To even talk about covariant differentiation, there must be an implicit connexion and hence Christoffel symbols. Well, you have assumed a metric $g_{ij}$, so okay, there is an important theorem that says that even though there are many different possible connexions, there is only one connexion on a (pseudo-)Riemannian manifold that:

(a) has no torsion, so it is symmetric, and

(b) it is consistent with the metric in that the covariant derivative (using that connexion) of the metric tensor is zero.

Another basic theorem of Riemannian geometry says that there is, at any one point $p$ that you decide on (and then do not get to change), a coordinate system such that all the Christoffel symbols vanish (but only at that point, they do vary in a neighbourhood of p, no matter how small) and all the first derivatives of the metric tensor's components $g_{ij}$ vanish at $p$.

Now we are ready to answer your question, and since the question is covariant, independent of the coordinates, our answer will generally be true for any coordinate system even though we are doing our calculation in a very special coordinate system.

The volume form is unique so even in these coordinates, it is $\sqrt{-g}\wedge dy \wedge dz$. And since the Christoffel symbols are all zero at $p$, the covariant derivative in any direction, e.g. the three coordinate directions, is given by the usual partial derivative of these coordinates.

With this set up, the ideas that other posters have attempted to communicate now work.

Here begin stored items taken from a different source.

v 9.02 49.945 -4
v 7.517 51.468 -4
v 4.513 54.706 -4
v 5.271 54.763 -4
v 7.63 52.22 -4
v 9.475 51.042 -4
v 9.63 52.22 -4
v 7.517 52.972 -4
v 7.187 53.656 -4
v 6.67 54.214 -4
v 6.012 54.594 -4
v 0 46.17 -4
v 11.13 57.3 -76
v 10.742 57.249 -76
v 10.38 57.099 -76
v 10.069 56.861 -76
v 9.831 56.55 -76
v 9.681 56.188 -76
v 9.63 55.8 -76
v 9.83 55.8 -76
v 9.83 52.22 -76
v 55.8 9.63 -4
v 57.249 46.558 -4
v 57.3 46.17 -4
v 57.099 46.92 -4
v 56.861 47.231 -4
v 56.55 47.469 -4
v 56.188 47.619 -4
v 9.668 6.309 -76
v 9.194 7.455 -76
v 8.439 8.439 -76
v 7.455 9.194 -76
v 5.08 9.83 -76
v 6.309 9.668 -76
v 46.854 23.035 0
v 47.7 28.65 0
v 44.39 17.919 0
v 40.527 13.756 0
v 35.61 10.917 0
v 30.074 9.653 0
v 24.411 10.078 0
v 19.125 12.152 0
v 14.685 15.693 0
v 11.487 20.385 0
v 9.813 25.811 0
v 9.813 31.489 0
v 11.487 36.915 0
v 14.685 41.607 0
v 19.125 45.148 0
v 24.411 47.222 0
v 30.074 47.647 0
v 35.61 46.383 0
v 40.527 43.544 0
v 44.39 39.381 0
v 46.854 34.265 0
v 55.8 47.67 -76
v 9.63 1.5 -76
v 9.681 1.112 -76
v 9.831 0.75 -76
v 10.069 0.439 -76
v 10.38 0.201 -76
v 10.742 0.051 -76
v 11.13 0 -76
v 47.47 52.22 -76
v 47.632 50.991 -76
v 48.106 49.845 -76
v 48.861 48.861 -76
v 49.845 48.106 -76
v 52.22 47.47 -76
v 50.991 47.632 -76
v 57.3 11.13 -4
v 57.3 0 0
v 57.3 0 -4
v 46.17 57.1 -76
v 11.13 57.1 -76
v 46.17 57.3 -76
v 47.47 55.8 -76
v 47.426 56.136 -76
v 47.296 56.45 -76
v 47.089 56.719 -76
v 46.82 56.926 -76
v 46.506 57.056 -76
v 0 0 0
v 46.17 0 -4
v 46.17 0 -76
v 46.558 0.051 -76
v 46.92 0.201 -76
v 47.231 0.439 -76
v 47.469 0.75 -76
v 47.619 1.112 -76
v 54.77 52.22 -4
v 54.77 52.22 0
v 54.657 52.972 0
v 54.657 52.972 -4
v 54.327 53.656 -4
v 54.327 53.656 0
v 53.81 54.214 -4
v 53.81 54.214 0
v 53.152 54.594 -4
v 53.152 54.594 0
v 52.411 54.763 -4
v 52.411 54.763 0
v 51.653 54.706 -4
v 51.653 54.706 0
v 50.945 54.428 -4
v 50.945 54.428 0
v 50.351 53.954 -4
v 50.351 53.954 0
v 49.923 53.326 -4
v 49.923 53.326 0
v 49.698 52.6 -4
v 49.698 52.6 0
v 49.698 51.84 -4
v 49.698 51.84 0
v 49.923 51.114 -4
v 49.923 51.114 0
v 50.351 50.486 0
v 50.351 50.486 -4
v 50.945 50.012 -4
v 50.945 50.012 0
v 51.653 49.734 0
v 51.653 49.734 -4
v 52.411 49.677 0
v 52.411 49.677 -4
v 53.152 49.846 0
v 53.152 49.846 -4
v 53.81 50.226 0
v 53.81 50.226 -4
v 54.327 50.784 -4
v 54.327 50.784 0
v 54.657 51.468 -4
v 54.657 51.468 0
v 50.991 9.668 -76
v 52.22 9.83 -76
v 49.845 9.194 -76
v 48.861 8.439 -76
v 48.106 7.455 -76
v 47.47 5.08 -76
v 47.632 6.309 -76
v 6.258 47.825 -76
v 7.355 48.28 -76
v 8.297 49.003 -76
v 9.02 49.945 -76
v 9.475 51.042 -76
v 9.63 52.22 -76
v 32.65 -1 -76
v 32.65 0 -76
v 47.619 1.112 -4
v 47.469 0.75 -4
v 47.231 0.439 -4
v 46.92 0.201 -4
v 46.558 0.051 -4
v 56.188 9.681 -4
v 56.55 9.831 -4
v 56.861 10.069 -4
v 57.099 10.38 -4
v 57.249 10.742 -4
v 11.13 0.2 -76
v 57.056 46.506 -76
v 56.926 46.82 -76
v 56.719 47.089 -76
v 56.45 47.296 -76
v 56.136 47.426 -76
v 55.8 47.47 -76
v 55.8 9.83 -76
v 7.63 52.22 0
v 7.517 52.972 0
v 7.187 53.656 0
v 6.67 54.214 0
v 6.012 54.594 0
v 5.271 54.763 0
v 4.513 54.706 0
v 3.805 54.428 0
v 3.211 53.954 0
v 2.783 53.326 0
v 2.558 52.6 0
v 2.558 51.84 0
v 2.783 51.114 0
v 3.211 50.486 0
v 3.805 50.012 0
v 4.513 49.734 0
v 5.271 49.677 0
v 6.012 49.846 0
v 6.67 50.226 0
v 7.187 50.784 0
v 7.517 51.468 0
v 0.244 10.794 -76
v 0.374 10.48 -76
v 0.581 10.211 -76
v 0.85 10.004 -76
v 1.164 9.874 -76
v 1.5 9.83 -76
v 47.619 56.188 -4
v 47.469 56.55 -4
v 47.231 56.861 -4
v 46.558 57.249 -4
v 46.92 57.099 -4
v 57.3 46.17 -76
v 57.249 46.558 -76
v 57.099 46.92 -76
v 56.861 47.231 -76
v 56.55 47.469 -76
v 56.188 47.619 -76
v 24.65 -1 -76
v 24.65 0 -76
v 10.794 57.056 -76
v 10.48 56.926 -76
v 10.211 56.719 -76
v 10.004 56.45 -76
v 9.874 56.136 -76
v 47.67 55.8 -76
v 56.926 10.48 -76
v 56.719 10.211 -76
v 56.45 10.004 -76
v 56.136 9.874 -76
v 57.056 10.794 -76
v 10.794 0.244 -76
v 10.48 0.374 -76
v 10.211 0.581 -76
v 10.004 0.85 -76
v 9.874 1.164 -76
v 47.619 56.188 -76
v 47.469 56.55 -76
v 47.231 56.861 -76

Consider any directional derivative of $\sqrt{-g} dx \wedge dy \wedge dz$, e.g., $\frac \partial {\partial x} (\sqrt{-g}dx \wedge dy \wedge dz)$. By the Leibniz rule, for covariant derivatives, it is $(\frac \partial {\partial x} \sqrt{-g}) dx \wedge dy \wedge dz + \sqrt{-g}\frac \partial {\partial x}(dx \wedge dy \wedge dz)$.
As I remarked, these derivatives can be either the $x$-component of the covariant derivative of the tensor or the ordinary partial derivative with respect to $x$ of the component of the tensor, because the Christoffel symbols are zero.

But the partial of $g$ is zero since we assumed all first derivatives of the $g_{ij}$ in our coordinate system vanished. (It is also true that the covariant derivative of the metric tensor, and hence any function of it, also vanishes, in any coordinate system, but this is why.) So the first summand vanishes.

The second summand vanishes since all its components vanish: the coefficients of $dx \wedge dy \wedge dz$ are constant, so their partials vanish. This proves your formula.